Table 7 summarizes the drug dealing vector comparison with the other crime types. The highest correlation is with argument.

Each of the other crime parameters related to the victim and the offender was compared to the gangland (organized crime involvement) vector. There were no significant relationships to report from this comparison.

Table 8 gives the top 30 jurisdictions of Virginia with respect to the drug dealing likelihood index and also shows how the jurisdictions are clustered. Given the 121 Virginia jurisdictions being considered, of the top 30 with respect to the likelihood index, twelve are clustered together. Only three others jurisdictions from Cluster B appear outside the top 30; these jurisdictions are Smyth (35), Tazewell (37), and Pittsylvania (50). Each of the other crime parameters related to the victim and the offender was compared to the gangland (organized crime involvement) vector. There were no significant relationships to report from this comparison.

Table 9 gives the top 30 jurisdictions of Virginia with respect to the gangland (organized crime involvement) likelihood index and also shows how the jurisdictions are clustered. Given the 121 Virginia jurisdictions being considered, of the top 30 with respect to the likelihood index, thirteen are clustered together. Only one other jurisdiction from cluster B appears outside the top 30; this one jurisdiction is Fairfax County PD (31). Each of the other crime parameters related to the victim and the offender was compared to the juvenile gang vector. There were no significant relationships to report from this comparison.

Table 10 gives the top 30 jurisdictions of Virginia with respect to the juvenile gang likelihood index and also shows how the jurisdictions are clustered. Given the 121 Virginia jurisdictions being considered, of the top 30 with respect to the likelihood index, sixteen are clustered together. No other jurisdiction from Cluster B appears outside the top 30.

5. Conclusion

The NIBRS provides a wealth of incident level data for use in analysis. The methods investigated in this research yielded promising preliminary results. The methods were applied only to the assault data from 2005 but can easily be extended to other crime types and to other years to validate these results and also provide longitudinal investigation.

The comparison between the crime type vector and the individual parameters vectors helped in two cases (hate crimes and drug dealing) to determine which factors was more related to those crimes. The different types of analyses that were conducted on the jurisdictions helped to validate one another. The likelihood index looked at whether a certain crime pattern existed in that jurisdiction, while the clustering method sought to cluster all the jurisdictions based on the crime patterns of that jurisdiction.
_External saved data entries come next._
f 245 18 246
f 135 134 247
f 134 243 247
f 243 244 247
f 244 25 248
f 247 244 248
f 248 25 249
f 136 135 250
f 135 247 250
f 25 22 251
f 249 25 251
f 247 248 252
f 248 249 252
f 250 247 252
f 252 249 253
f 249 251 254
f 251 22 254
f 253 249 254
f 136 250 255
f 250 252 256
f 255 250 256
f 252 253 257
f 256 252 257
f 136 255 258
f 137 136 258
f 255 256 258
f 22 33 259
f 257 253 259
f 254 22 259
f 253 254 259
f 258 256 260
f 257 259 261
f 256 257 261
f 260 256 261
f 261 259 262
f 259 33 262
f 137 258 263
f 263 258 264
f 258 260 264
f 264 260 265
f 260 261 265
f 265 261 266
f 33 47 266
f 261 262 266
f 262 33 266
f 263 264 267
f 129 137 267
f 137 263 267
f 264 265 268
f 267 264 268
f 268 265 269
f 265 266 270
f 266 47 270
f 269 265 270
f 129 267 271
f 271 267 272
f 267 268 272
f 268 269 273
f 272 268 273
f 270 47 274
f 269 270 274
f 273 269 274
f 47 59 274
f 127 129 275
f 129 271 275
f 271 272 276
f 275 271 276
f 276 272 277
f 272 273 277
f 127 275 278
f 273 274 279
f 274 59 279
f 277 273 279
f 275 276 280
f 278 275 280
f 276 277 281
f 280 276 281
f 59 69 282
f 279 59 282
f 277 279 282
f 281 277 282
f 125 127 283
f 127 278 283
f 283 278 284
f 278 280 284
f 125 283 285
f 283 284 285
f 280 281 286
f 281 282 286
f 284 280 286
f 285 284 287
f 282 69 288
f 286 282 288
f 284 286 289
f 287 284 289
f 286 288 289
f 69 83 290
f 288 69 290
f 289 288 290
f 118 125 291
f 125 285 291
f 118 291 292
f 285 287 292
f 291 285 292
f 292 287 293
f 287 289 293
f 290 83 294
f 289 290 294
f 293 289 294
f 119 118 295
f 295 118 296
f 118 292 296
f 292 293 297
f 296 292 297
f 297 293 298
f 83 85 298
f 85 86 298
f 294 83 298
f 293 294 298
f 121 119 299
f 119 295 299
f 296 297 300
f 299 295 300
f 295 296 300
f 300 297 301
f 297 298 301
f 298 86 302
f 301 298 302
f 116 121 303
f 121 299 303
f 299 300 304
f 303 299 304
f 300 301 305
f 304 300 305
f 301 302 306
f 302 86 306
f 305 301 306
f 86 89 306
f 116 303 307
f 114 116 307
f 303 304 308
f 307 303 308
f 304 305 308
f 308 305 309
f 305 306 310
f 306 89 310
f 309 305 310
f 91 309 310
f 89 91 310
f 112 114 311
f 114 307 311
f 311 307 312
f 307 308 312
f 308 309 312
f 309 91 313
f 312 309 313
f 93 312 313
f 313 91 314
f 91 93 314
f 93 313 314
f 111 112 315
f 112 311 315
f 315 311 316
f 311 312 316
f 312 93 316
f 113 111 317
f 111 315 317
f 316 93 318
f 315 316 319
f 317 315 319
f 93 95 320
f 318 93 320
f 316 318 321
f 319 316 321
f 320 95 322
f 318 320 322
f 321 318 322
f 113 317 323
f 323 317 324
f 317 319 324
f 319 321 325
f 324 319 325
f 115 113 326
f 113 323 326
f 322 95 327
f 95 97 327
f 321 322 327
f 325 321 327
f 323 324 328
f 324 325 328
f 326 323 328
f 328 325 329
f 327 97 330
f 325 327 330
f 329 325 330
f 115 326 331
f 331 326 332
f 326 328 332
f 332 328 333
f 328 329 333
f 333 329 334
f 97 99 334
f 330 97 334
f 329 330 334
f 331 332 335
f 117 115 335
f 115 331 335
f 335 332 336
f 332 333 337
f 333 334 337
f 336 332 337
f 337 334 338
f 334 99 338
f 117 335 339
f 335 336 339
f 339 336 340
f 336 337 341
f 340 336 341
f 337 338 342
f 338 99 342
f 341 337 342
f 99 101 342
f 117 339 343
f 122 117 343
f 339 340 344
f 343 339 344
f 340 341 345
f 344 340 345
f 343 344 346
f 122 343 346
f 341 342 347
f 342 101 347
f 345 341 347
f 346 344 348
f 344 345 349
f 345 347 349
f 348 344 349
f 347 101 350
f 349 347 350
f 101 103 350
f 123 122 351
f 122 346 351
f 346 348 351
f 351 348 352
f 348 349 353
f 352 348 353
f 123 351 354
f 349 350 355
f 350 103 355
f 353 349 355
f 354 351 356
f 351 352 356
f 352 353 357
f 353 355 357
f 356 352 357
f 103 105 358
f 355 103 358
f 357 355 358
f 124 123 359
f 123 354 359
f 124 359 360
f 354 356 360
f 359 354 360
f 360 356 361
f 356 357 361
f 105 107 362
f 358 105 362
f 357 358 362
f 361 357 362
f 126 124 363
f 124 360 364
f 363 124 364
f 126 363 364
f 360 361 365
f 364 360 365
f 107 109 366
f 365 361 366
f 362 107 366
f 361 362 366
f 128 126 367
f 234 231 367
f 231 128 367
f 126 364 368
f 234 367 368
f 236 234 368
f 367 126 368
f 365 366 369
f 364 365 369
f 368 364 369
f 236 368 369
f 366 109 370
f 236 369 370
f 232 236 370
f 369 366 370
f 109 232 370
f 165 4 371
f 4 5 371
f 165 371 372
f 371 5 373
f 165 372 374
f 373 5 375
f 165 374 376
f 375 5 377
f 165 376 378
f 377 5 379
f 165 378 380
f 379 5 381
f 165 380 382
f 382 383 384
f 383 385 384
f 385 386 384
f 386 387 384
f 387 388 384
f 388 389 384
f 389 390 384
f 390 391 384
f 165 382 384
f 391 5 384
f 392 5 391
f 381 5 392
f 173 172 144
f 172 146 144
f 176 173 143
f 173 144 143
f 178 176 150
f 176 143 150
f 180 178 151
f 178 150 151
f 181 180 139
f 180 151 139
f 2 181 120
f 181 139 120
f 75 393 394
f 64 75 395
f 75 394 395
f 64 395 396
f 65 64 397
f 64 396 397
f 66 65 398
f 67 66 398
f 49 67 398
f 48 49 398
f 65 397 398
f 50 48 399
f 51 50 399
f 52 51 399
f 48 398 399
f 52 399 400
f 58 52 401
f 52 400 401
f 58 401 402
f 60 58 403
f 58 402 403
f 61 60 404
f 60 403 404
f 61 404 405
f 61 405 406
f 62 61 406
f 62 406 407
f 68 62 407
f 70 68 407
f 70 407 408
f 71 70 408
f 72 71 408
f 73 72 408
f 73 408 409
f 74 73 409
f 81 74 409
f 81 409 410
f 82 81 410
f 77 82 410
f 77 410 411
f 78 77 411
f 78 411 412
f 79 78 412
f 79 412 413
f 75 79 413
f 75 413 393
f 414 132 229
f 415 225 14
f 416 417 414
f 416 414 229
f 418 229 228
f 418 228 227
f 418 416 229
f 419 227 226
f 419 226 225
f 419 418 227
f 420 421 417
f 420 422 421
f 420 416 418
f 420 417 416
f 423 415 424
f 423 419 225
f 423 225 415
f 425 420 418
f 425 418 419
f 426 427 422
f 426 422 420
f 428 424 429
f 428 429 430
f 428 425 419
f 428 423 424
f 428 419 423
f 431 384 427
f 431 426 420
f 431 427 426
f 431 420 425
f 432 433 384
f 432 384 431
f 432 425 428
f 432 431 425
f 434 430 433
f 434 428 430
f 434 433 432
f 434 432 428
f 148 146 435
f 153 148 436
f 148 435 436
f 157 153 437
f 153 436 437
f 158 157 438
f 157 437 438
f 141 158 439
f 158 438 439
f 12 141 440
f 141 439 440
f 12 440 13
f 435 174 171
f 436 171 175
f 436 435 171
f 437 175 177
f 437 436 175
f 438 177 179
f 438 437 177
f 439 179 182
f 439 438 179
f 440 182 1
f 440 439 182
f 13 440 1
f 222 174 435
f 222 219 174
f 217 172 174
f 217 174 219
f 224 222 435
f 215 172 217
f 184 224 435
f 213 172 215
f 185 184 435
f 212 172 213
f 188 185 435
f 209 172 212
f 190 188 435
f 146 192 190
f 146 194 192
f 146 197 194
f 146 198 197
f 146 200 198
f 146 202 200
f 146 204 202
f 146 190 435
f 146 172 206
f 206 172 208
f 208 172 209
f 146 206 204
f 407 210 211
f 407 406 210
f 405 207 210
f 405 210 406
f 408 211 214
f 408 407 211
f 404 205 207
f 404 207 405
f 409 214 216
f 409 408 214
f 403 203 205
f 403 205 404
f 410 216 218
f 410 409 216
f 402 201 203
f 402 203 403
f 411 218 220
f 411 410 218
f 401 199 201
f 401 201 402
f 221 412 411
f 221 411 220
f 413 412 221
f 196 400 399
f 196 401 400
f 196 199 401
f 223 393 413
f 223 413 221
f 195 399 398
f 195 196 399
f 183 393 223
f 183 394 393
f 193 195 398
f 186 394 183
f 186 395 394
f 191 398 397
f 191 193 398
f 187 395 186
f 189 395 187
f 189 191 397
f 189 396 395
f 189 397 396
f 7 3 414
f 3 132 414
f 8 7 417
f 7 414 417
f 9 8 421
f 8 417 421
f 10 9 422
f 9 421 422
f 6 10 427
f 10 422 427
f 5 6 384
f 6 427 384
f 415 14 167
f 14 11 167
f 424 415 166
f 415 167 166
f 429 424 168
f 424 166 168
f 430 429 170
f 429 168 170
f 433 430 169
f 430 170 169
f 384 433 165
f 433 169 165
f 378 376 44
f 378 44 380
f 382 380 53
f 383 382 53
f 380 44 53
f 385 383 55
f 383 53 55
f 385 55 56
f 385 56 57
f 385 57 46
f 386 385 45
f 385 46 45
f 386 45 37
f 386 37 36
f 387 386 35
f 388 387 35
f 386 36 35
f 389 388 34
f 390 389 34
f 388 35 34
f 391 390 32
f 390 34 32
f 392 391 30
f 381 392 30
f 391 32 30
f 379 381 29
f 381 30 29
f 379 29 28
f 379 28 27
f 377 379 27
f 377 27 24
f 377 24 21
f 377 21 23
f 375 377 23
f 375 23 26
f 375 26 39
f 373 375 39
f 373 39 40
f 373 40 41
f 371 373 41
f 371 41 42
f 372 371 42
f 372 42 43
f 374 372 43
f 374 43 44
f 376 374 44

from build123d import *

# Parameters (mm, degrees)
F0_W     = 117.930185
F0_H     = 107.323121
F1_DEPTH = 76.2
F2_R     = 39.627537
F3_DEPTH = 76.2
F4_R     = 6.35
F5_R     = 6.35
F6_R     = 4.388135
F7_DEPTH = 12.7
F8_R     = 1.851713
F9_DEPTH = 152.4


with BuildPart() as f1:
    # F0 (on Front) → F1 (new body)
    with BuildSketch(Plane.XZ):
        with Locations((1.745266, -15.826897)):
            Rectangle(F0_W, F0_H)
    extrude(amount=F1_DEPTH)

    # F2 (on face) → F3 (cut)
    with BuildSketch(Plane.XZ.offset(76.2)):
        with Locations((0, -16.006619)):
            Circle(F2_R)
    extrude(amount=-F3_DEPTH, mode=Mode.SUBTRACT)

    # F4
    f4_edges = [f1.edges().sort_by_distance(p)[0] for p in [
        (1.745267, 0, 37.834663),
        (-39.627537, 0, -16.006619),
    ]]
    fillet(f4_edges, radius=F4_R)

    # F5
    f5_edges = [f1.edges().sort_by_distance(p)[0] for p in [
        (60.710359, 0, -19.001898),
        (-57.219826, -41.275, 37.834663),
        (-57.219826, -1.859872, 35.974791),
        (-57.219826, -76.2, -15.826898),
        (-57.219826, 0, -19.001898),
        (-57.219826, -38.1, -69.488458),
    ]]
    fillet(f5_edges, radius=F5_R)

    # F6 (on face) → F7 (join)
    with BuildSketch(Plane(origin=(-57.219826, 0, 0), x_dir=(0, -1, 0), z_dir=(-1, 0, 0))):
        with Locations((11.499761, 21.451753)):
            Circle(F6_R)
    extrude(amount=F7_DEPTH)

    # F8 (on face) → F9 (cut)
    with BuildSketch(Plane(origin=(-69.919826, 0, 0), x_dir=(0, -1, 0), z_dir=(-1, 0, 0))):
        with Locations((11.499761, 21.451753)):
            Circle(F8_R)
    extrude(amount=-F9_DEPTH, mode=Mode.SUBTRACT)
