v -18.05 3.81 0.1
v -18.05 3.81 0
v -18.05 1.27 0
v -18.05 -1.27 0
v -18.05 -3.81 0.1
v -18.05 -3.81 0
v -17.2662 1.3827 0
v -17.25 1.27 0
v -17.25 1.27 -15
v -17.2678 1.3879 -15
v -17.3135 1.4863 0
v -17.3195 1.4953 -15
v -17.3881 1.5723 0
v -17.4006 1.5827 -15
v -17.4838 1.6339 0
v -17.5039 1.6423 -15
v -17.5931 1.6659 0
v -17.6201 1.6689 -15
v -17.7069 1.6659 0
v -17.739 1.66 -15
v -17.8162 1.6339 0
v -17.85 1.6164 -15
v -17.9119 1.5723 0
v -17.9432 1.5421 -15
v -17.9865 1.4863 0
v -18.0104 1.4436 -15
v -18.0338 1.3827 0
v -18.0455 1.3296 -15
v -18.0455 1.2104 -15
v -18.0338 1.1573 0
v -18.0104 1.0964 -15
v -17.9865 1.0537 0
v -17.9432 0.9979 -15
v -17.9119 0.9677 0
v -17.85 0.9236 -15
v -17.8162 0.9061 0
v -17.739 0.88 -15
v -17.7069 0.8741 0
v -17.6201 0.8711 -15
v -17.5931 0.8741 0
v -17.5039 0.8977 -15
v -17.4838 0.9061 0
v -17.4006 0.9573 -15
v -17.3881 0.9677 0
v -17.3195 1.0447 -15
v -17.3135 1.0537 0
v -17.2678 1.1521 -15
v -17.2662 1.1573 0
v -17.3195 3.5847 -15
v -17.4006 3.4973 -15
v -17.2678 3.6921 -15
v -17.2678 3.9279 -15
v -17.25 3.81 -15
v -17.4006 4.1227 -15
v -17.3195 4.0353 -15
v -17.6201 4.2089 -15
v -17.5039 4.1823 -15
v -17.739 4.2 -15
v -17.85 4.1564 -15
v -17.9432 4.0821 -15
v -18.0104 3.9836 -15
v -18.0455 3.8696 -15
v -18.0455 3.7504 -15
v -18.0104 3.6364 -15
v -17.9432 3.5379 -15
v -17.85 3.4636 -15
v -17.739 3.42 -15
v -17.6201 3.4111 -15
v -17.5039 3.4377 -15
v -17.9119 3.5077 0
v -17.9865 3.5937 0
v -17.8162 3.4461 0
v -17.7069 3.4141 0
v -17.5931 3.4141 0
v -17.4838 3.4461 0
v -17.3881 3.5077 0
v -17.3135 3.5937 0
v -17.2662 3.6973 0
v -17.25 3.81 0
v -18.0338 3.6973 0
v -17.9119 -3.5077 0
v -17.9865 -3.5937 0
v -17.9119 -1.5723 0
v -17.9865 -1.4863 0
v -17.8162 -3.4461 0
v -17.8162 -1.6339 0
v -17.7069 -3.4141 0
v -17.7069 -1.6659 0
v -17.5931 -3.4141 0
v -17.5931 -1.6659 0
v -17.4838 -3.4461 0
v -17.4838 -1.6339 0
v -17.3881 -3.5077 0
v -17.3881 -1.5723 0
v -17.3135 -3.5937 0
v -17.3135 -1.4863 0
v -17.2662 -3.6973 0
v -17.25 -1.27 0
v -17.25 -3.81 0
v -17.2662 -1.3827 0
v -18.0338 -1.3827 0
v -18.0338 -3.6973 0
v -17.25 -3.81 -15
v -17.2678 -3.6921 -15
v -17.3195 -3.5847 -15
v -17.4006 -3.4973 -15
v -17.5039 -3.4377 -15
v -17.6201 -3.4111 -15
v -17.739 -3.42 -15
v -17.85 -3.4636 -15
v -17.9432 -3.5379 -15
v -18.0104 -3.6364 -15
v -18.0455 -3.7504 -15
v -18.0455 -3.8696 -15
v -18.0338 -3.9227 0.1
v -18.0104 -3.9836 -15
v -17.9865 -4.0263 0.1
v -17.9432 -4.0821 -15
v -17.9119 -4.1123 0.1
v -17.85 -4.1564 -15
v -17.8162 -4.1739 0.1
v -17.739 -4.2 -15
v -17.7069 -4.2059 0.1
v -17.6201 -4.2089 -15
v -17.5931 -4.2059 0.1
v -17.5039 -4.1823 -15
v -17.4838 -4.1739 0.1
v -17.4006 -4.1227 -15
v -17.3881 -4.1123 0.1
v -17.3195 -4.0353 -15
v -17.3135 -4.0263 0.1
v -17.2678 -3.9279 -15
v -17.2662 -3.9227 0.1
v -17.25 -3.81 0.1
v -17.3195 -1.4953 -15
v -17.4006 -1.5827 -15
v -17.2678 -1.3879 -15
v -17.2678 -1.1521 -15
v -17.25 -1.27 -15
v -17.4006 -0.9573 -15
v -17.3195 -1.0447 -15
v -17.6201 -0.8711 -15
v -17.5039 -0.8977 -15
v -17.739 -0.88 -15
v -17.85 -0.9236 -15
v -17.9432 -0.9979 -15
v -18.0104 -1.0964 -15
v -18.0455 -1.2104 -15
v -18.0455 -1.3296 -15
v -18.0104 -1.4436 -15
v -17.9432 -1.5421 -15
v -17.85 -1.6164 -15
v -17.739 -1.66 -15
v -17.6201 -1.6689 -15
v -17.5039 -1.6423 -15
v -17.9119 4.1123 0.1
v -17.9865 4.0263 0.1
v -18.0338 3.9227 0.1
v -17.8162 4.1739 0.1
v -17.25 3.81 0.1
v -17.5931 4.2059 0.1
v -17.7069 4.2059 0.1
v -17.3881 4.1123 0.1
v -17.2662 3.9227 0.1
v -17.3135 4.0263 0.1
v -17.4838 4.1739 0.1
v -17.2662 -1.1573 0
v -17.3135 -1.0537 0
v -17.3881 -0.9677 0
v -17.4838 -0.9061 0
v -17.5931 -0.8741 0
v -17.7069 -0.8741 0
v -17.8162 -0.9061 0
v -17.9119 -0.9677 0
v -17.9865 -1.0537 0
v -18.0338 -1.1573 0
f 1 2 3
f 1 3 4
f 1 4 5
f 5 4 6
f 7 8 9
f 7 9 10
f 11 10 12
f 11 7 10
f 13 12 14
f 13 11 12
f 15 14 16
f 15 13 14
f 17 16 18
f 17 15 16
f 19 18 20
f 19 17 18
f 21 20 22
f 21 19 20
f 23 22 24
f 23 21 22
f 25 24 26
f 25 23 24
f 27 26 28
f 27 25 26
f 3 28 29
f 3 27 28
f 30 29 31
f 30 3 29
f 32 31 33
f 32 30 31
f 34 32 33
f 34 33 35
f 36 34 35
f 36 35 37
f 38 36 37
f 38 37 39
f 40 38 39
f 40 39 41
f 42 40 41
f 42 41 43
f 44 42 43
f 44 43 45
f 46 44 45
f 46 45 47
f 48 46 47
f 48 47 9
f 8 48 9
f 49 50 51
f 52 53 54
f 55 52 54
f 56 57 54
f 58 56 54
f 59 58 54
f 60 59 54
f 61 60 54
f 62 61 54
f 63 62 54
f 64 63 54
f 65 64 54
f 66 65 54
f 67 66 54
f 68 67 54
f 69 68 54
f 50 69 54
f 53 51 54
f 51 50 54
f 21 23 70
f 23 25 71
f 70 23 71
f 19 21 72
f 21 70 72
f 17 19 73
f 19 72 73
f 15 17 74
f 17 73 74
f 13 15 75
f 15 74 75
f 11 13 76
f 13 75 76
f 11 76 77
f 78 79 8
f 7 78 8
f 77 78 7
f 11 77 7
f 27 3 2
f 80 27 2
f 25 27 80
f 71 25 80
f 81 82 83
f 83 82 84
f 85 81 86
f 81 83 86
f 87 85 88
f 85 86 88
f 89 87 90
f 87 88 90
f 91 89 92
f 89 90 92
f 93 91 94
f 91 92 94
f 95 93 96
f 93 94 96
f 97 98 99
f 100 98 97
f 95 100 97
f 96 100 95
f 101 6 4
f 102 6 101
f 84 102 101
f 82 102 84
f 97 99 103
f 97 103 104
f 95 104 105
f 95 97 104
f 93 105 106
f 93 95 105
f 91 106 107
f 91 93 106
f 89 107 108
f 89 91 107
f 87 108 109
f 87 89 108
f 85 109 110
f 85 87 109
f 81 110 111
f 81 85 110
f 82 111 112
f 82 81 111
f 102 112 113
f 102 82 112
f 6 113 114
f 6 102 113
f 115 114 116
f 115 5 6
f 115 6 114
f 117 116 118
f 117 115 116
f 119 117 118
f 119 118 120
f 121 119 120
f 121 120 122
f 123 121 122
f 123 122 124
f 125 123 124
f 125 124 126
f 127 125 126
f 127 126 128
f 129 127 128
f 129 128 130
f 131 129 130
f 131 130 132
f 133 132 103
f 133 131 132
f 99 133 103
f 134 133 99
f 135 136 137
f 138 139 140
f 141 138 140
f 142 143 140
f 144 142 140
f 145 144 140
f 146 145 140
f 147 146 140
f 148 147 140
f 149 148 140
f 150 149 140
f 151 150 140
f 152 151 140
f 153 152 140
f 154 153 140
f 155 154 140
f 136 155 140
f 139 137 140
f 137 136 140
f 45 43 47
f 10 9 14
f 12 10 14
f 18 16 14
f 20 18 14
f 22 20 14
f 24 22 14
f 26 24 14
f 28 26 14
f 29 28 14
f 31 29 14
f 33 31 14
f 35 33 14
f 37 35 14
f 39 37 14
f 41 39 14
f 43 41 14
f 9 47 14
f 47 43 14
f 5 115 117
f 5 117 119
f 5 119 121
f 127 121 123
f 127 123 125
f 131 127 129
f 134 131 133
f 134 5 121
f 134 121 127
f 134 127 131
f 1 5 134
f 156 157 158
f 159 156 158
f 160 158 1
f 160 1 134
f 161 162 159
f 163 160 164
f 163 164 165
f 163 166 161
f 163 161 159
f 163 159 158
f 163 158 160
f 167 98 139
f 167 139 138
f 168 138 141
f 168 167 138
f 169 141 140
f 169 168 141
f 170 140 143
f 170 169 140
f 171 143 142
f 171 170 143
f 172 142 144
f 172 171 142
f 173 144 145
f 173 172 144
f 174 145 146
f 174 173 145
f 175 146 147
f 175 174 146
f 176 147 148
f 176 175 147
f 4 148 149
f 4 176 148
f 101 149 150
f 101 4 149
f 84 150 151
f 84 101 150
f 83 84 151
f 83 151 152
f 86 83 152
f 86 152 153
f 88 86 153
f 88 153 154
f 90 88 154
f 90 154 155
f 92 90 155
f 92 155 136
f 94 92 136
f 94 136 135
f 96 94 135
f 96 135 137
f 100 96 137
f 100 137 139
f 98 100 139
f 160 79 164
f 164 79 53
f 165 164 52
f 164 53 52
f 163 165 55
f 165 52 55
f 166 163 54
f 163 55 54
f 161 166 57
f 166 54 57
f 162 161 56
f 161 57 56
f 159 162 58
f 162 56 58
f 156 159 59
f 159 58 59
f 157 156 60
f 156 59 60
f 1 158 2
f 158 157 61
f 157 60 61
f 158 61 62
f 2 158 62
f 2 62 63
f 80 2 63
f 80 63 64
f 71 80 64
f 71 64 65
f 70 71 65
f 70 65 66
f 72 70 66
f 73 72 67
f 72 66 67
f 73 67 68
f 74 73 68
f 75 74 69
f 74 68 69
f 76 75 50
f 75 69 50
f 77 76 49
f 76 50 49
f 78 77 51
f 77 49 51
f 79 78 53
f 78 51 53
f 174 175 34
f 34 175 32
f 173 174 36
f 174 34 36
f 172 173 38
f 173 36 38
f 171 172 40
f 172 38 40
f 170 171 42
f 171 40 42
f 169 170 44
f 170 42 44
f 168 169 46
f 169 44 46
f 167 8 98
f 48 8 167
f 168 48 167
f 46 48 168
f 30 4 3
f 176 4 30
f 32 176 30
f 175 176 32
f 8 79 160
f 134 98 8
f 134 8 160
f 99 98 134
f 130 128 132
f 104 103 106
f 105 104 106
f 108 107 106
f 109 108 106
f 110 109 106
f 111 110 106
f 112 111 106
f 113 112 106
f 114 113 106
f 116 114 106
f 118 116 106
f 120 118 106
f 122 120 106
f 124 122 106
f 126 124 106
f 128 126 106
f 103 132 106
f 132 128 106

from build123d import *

# Parameters (mm, degrees)
PAD005_DEPTH           = 0.1
SKETCH009_R            = 0.4
PAD006_DEPTH           = 15
LINEARPATTERN003_COUNT = 4
LINEARPATTERN003_PITCH = 2.54


with BuildPart() as part:
    # Sketch010 → Pad005 (new body)
    with BuildSketch(Plane.XY):
        with BuildLine():
            ThreePointArc((-17.25, 3.81), (-17.65, 4.21), (-18.05, 3.81))
            Line((-18.05, 3.81), (-18.05, -3.81))
            ThreePointArc((-18.05, -3.81), (-17.65, -4.21), (-17.25, -3.81))
            Line((-17.25, 3.81), (-17.25, -3.81))
        make_face()
    extrude(amount=PAD005_DEPTH)

    # Sketch009 → Pad006 (join)
    with BuildSketch(Plane.XY):
        with Locations((-17.65, -3.81)):
            Circle(SKETCH009_R)
    pad006 = extrude(amount=-PAD006_DEPTH)

    # LinearPattern003: Pad006 ×4
    with Locations(*[(0, i * LINEARPATTERN003_PITCH, 0) for i in range(1, LINEARPATTERN003_COUNT)]):
        add(pad006)


solid = part.part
This information could be useful to assist law enforcement agencies or policy makers in determining which jurisdictions share common challenges that could possibly be addressed through cooperation and sharing resources between jurisdictions.

The next steps would be to utilize this same approach for data from other states or perhaps a larger region to examine if the same information is observed from the analyses. It will be interesting to see if Virginia data and other states have the same patterns or if different patterns emerge. Further research and refinement of these methods should yield tools that would provide researchers, law enforcement agencies, and government officials with a means to find patterns of different crime types and possibly identify jurisdictions that may be likely to experience that type of crime.

Conflict of Interests

Peixin Zhao, Marjorie Darrah, Jim Nolan, and Cun-Quan Zhang certify that there is no actual or potential conflict of interests in relation to this paper.

Acknowledgments

First author was partially supported by the China Postdoctoral Science Foundation Funded Project (2011M501149), the Humanity and Social Science Foundation of Ministry of Education of China (12YJCZH303), the Special Fund Project for Postdoctoral Innovation of Shandong Province (201103061), the Informationization Research Project of Shandong Province (2013EI153), the National Statistical Science Project (2013LZ38), and Independent Innovation Foundation of Shandong University (IIFSDU) (IFW12109).